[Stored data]
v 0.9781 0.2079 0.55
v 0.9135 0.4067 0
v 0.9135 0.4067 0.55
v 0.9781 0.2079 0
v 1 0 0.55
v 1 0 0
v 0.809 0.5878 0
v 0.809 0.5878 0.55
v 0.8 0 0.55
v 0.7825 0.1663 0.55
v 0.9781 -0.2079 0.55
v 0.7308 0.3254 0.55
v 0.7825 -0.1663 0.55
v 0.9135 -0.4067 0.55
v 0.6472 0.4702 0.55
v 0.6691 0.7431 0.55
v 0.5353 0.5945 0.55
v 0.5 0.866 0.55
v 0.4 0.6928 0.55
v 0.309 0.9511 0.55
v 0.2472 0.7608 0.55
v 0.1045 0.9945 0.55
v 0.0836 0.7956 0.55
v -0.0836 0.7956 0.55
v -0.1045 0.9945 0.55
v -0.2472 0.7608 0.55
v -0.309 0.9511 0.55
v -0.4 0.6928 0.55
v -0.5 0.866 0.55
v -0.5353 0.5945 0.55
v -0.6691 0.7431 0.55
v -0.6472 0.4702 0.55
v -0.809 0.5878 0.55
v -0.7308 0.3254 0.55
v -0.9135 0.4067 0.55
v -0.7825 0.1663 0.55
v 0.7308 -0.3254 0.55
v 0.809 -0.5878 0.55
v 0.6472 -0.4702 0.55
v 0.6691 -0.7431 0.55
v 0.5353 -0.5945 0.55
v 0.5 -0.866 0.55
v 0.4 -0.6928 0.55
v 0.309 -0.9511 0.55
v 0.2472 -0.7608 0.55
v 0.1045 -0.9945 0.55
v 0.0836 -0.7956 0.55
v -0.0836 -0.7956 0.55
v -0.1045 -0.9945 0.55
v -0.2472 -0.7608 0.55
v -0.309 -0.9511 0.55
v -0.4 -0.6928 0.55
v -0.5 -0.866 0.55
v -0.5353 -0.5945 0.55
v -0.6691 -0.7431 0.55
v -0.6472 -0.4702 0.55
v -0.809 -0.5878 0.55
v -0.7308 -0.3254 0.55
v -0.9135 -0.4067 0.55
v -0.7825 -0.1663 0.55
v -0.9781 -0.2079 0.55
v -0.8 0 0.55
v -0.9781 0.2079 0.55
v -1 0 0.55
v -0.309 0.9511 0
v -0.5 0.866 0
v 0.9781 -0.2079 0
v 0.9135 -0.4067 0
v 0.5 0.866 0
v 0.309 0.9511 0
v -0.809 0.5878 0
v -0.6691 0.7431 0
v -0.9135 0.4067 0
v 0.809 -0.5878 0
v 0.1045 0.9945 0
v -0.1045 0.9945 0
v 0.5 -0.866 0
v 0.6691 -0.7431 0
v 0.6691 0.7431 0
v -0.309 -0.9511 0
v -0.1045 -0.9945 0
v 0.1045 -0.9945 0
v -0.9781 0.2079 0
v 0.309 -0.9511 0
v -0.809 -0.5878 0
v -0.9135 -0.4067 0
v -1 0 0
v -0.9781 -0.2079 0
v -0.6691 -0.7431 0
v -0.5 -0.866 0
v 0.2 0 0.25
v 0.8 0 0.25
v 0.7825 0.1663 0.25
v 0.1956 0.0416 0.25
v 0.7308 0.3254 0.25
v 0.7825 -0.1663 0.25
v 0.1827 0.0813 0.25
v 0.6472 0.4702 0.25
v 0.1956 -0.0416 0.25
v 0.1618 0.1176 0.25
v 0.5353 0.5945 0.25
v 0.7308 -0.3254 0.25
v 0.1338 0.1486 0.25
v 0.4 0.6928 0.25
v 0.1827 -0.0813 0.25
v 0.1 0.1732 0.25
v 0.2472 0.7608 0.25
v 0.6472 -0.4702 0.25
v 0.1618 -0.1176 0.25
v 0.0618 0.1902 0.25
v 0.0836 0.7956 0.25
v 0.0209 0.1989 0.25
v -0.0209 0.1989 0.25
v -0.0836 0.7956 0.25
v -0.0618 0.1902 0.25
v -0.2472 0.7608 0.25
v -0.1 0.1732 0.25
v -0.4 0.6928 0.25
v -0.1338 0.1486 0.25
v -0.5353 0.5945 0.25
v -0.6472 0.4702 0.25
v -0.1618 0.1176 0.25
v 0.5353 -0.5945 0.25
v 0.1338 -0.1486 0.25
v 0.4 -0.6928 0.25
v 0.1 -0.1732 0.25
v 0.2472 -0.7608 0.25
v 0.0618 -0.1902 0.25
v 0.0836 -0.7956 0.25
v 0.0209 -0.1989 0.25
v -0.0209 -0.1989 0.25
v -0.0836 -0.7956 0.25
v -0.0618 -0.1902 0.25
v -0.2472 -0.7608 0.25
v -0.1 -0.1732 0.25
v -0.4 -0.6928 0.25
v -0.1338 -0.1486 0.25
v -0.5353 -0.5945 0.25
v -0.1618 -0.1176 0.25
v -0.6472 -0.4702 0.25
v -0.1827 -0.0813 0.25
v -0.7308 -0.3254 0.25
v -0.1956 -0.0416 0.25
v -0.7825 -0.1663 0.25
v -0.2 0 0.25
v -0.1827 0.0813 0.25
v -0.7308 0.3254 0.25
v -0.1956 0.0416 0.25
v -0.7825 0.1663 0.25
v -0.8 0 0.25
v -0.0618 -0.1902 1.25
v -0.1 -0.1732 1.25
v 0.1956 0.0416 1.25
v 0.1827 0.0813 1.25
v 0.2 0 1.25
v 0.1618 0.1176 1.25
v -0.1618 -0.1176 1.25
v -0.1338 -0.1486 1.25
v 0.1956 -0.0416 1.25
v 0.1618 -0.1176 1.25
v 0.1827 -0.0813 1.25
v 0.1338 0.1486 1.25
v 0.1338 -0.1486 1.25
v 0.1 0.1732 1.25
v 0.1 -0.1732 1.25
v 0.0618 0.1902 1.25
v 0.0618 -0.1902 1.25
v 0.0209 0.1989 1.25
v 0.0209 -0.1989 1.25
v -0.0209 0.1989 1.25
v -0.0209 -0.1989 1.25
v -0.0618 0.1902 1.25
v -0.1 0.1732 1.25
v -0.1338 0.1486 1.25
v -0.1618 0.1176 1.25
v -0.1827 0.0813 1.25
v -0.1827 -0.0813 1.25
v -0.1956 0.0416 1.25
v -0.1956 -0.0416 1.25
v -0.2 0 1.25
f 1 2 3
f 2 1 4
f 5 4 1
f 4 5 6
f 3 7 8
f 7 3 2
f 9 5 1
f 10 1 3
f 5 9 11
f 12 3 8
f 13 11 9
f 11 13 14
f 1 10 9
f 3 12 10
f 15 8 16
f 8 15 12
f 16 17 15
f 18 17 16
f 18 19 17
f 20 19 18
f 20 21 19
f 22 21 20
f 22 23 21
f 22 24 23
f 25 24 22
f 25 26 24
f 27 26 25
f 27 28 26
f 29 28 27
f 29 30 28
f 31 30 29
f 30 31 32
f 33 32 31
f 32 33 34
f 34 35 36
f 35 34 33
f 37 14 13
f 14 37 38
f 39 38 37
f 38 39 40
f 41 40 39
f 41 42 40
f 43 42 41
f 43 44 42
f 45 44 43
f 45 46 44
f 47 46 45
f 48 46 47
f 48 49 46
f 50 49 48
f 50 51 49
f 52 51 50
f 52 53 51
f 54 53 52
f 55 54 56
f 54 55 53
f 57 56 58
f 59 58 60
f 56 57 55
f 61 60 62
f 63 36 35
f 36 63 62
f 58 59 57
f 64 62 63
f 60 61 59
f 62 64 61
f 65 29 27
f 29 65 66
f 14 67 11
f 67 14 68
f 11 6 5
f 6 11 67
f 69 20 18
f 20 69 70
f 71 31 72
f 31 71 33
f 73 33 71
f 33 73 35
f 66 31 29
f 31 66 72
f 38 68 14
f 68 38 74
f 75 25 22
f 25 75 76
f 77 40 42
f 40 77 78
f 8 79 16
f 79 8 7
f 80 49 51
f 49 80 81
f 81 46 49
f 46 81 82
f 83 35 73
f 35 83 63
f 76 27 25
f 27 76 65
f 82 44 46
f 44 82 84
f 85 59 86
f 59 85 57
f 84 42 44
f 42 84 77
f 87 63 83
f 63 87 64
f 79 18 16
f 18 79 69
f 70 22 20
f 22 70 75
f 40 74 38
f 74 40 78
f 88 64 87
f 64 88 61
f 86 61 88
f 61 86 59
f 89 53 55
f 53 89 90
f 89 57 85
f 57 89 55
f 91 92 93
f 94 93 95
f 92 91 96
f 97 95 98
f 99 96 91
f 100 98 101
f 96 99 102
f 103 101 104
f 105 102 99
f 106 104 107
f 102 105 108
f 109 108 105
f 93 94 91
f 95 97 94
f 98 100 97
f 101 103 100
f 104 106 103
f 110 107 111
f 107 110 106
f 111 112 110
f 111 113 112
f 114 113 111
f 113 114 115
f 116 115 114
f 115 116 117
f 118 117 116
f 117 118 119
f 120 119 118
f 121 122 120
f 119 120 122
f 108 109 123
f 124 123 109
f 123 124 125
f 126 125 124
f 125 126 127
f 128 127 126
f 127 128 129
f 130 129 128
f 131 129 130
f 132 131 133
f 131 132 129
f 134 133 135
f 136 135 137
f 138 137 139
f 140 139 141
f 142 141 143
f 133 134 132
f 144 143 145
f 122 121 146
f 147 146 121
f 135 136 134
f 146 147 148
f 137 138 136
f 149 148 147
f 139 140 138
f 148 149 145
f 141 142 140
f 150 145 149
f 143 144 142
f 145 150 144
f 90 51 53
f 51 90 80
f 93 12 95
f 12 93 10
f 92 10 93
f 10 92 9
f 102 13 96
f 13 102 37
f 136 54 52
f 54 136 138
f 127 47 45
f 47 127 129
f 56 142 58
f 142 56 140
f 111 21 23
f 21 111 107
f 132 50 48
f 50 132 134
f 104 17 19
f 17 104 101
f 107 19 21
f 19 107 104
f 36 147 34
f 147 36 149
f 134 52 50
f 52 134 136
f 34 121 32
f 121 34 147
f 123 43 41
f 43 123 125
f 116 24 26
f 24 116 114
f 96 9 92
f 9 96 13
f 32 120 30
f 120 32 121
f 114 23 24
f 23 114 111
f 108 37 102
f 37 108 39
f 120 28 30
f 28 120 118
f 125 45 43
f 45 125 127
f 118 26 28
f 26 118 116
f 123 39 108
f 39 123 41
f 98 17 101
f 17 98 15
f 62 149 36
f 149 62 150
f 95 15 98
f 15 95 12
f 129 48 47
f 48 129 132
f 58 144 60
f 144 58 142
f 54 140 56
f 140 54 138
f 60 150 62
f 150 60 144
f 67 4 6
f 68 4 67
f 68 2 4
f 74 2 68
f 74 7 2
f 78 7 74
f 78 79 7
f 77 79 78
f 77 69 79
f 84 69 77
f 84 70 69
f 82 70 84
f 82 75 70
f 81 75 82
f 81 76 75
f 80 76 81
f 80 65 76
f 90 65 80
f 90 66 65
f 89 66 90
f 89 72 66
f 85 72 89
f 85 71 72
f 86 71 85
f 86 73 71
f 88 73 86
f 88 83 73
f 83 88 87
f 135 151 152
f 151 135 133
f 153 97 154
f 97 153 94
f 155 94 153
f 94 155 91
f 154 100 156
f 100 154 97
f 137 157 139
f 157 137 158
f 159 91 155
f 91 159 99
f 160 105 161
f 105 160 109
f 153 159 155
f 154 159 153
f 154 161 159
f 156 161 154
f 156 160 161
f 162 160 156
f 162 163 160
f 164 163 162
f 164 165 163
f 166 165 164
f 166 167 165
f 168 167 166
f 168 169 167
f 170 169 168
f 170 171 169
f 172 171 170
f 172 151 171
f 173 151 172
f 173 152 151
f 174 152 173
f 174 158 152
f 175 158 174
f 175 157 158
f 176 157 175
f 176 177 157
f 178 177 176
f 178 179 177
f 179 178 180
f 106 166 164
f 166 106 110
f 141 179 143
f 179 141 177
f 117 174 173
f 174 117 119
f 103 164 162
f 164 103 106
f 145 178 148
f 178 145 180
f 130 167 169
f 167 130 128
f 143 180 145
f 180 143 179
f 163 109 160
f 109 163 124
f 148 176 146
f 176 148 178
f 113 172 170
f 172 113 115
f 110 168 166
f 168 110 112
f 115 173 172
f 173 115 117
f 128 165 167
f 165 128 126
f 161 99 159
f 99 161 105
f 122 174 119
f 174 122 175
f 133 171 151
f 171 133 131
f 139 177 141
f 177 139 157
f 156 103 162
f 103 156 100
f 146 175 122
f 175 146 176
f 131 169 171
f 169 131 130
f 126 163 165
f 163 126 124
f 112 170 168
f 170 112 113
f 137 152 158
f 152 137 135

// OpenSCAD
$fn=30;

lower_height = 0.25;
cylinder(lower_height, 1, 1);

translate([0,0,lower_height])
cylinder(1, 0.2, 0.2);

translate([0, 0, lower_height])
difference() {
  cylinder(0.3, 1, 1);
  translate([0, 0, -1])
    cylinder(3, 0.8, 0.8);
}
;
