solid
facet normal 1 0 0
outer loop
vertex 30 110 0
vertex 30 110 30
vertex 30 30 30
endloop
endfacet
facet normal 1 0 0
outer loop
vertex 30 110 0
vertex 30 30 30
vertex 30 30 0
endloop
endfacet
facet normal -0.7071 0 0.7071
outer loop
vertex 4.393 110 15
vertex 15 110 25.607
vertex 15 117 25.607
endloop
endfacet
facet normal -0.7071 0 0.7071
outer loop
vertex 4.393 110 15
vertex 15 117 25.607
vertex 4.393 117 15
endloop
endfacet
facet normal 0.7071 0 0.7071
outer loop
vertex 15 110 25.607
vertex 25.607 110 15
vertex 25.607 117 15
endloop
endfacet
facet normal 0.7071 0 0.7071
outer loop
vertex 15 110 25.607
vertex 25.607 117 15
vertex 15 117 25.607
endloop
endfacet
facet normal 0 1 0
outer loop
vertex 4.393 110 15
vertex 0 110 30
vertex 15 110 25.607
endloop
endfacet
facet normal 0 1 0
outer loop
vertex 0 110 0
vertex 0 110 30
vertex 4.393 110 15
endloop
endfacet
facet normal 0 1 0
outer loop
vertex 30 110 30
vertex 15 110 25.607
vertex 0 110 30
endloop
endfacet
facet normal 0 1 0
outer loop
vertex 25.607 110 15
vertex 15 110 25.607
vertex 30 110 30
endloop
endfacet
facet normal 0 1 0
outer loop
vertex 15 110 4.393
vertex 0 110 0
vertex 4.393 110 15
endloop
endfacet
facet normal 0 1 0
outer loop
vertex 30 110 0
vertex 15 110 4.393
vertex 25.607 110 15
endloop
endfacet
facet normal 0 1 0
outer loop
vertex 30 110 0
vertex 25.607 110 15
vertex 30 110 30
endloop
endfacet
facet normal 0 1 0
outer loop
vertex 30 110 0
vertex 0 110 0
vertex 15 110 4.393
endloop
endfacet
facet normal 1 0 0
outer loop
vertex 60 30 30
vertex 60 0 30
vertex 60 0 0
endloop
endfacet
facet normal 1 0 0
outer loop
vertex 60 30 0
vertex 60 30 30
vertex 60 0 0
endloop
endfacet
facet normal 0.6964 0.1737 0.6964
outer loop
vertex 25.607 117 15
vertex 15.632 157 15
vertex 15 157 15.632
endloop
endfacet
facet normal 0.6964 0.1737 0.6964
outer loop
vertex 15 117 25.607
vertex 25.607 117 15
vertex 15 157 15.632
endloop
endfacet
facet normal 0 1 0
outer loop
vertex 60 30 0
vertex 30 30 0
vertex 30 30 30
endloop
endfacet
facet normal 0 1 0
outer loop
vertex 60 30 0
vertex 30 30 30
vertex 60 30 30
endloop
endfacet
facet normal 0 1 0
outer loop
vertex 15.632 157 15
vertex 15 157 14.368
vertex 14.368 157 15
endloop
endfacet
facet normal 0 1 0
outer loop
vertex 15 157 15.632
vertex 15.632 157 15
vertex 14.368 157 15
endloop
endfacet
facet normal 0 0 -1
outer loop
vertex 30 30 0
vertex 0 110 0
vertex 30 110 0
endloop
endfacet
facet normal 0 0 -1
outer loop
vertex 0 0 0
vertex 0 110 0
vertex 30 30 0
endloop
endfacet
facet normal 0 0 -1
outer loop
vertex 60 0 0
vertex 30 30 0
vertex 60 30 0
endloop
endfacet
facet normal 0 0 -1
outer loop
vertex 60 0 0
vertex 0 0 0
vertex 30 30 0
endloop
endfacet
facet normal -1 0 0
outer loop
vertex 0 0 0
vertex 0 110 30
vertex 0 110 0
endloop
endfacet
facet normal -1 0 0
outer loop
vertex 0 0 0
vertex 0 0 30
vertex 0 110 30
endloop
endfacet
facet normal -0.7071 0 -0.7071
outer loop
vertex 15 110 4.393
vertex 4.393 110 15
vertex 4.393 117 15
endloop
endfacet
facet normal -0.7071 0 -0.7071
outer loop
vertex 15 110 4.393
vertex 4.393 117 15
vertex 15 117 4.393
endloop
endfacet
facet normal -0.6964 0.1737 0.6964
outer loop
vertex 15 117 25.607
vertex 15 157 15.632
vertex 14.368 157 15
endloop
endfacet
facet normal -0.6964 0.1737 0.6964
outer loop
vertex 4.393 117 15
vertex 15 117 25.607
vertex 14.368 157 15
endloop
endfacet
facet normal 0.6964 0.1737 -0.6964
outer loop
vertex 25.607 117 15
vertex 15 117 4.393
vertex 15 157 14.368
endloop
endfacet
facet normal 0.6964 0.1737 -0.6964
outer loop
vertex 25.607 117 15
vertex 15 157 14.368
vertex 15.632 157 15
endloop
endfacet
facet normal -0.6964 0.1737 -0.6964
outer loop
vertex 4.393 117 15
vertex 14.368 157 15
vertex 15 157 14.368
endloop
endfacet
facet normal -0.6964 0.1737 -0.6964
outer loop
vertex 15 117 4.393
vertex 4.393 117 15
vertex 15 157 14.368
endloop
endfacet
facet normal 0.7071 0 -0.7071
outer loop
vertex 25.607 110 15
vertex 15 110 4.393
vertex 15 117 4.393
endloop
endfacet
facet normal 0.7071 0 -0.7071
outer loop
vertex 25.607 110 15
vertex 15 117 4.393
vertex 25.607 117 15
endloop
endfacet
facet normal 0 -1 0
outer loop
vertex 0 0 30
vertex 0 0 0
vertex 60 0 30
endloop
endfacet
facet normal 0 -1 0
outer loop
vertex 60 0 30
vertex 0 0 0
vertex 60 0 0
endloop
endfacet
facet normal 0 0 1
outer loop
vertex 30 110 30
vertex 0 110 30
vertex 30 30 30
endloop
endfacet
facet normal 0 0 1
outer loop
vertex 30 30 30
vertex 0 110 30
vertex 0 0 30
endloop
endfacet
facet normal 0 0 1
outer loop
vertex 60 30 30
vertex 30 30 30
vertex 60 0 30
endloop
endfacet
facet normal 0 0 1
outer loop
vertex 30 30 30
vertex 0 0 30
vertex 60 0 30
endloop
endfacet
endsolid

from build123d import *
from OCP.BRepFilletAPI import BRepFilletAPI_MakeChamfer

# Parameters (mm, degrees)
SKETCH_1_W      = 60
SKETCH_1_H      = 30
EXTRUDE_1_DEPTH = 30
SKETCH_2_W      = 30
SKETCH_2_H      = 30
EXTRUDE_2_DEPTH = 80
EXTRUDE_3_DEPTH = 47
CHAMFER_1_SIZE  = 40
CHAMFER_1_SIZE2 = 7.053079228


with BuildPart() as part:
    # ｽｹｯﾁ1 → ﾎﾞｽ - 押し出し1 (new body)
    with BuildSketch(Plane(origin=(0, 0, 0), x_dir=(1, 0, 0), z_dir=(0, 1, 0))):
        with Locations((30, -15)):
            Rectangle(SKETCH_1_W, SKETCH_1_H)
    extrude(amount=EXTRUDE_1_DEPTH)

    # ｽｹｯﾁ2 → ﾎﾞｽ - 押し出し2 (add)
    with BuildSketch(Plane(origin=(0, 30, 0), x_dir=(1, 0, 0), z_dir=(0, 1, 0))):
        with Locations((15, -15)):
            Rectangle(SKETCH_2_W, SKETCH_2_H)
    extrude(amount=EXTRUDE_2_DEPTH)

    # ｽｹｯﾁ3 → ﾎﾞｽ - 押し出し3 (add)
    with BuildSketch(Plane(origin=(0, 110, 0), x_dir=(1, 0, 0), z_dir=(0, 1, 0))):
        Polygon((4.393398282, -15), (15, -4.393398282), (25.606601718, -15), (15, -25.606601718), align=None)
    extrude(amount=EXTRUDE_3_DEPTH)

    # 面取り1: one chamfer whose edges measure the first distance from different faces: ONE call of the kernel's chamfer builder (chamfer() names one face for all edges)
    chamfer_1_edges_1 = [part.edges().sort_by_distance(p)[0] for p in [
        (9.696699141, 157, 20.303300859),
    ]]
    chamfer_1_side_1 = [part.faces().sort_by_distance(p)[0] for p in [
        (9.696699141, 133.5, 20.303300859),
    ]]
    chamfer_1_edges_2 = [part.edges().sort_by_distance(p)[0] for p in [
        (20.303300859, 157, 20.303300859),
    ]]
    chamfer_1_side_2 = [part.faces().sort_by_distance(p)[0] for p in [
        (20.303300859, 133.5, 20.303300859),
    ]]
    chamfer_1_edges_3 = [part.edges().sort_by_distance(p)[0] for p in [
        (20.303300859, 157, 9.696699141),
    ]]
    chamfer_1_side_3 = [part.faces().sort_by_distance(p)[0] for p in [
        (20.303300859, 133.5, 9.696699141),
    ]]
    chamfer_1_edges_4 = [part.edges().sort_by_distance(p)[0] for p in [
        (9.696699141, 157, 9.696699141),
    ]]
    chamfer_1_side_4 = [part.faces().sort_by_distance(p)[0] for p in [
        (9.696699141, 133.5, 9.696699141),
    ]]
    chamfer_1 = BRepFilletAPI_MakeChamfer(part.part.solid().wrapped)
    for e in chamfer_1_edges_1:
        chamfer_1.Add(CHAMFER_1_SIZE, CHAMFER_1_SIZE2, e.wrapped, chamfer_1_side_1[0].wrapped)  # the first distance lies on this face
    for e in chamfer_1_edges_2:
        chamfer_1.Add(CHAMFER_1_SIZE, CHAMFER_1_SIZE2, e.wrapped, chamfer_1_side_2[0].wrapped)  # the first distance lies on this face
    for e in chamfer_1_edges_3:
        chamfer_1.Add(CHAMFER_1_SIZE, CHAMFER_1_SIZE2, e.wrapped, chamfer_1_side_3[0].wrapped)  # the first distance lies on this face
    for e in chamfer_1_edges_4:
        chamfer_1.Add(CHAMFER_1_SIZE, CHAMFER_1_SIZE2, e.wrapped, chamfer_1_side_4[0].wrapped)  # the first distance lies on this face
    add(Compound.cast(chamfer_1.Shape()), mode=Mode.REPLACE)


solid = part.part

> _What to produce_: Starting with the line with "f 13 102 37" above and going on through the line with "f 152 137 135", transcribe every line exactly, both ends included, and add nothing.

> _Output below_:
f 13 102 37
f 136 54 52
f 54 136 138
f 127 47 45
f 47 127 129
f 56 142 58
f 142 56 140
f 111 21 23
f 21 111 107
f 132 50 48
f 50 132 134
f 104 17 19
f 17 104 101
f 107 19 21
f 19 107 104
f 36 147 34
f 147 36 149
f 134 52 50
f 52 134 136
f 34 121 32
f 121 34 147
f 123 43 41
f 43 123 125
f 116 24 26
f 24 116 114
f 96 9 92
f 9 96 13
f 32 120 30
f 120 32 121
f 114 23 24
f 23 114 111
f 108 37 102
f 37 108 39
f 120 28 30
f 28 120 118
f 125 45 43
f 45 125 127
f 118 26 28
f 26 118 116
f 123 39 108
f 39 123 41
f 98 17 101
f 17 98 15
f 62 149 36
f 149 62 150
f 95 15 98
f 15 95 12
f 129 48 47
f 48 129 132
f 58 144 60
f 144 58 142
f 54 140 56
f 140 54 138
f 60 150 62
f 150 60 144
f 67 4 6
f 68 4 67
f 68 2 4
f 74 2 68
f 74 7 2
f 78 7 74
f 78 79 7
f 77 79 78
f 77 69 79
f 84 69 77
f 84 70 69
f 82 70 84
f 82 75 70
f 81 75 82
f 81 76 75
f 80 76 81
f 80 65 76
f 90 65 80
f 90 66 65
f 89 66 90
f 89 72 66
f 85 72 89
f 85 71 72
f 86 71 85
f 86 73 71
f 88 73 86
f 88 83 73
f 83 88 87
f 135 151 152
f 151 135 133
f 153 97 154
f 97 153 94
f 155 94 153
f 94 155 91
f 154 100 156
f 100 154 97
f 137 157 139
f 157 137 158
f 159 91 155
f 91 159 99
f 160 105 161
f 105 160 109
f 153 159 155
f 154 159 153
f 154 161 159
f 156 161 154
f 156 160 161
f 162 160 156
f 162 163 160
f 164 163 162
f 164 165 163
f 166 165 164
f 166 167 165
f 168 167 166
f 168 169 167
f 170 169 168
f 170 171 169
f 172 171 170
f 172 151 171
f 173 151 172
f 173 152 151
f 174 152 173
f 174 158 152
f 175 158 174
f 175 157 158
f 176 157 175
f 176 177 157
f 178 177 176
f 178 179 177
f 179 178 180
f 106 166 164
f 166 106 110
f 141 179 143
f 179 141 177
f 117 174 173
f 174 117 119
f 103 164 162
f 164 103 106
f 145 178 148
f 178 145 180
f 130 167 169
f 167 130 128
f 143 180 145
f 180 143 179
f 163 109 160
f 109 163 124
f 148 176 146
f 176 148 178
f 113 172 170
f 172 113 115
f 110 168 166
f 168 110 112
f 115 173 172
f 173 115 117
f 128 165 167
f 165 128 126
f 161 99 159
f 99 161 105
f 122 174 119
f 174 122 175
f 133 171 151
f 171 133 131
f 139 177 141
f 177 139 157
f 156 103 162
f 103 156 100
f 146 175 122
f 175 146 176
f 131 169 171
f 169 131 130
f 126 163 165
f 163 126 124
f 112 170 168
f 170 112 113
f 137 152 158
f 152 137 135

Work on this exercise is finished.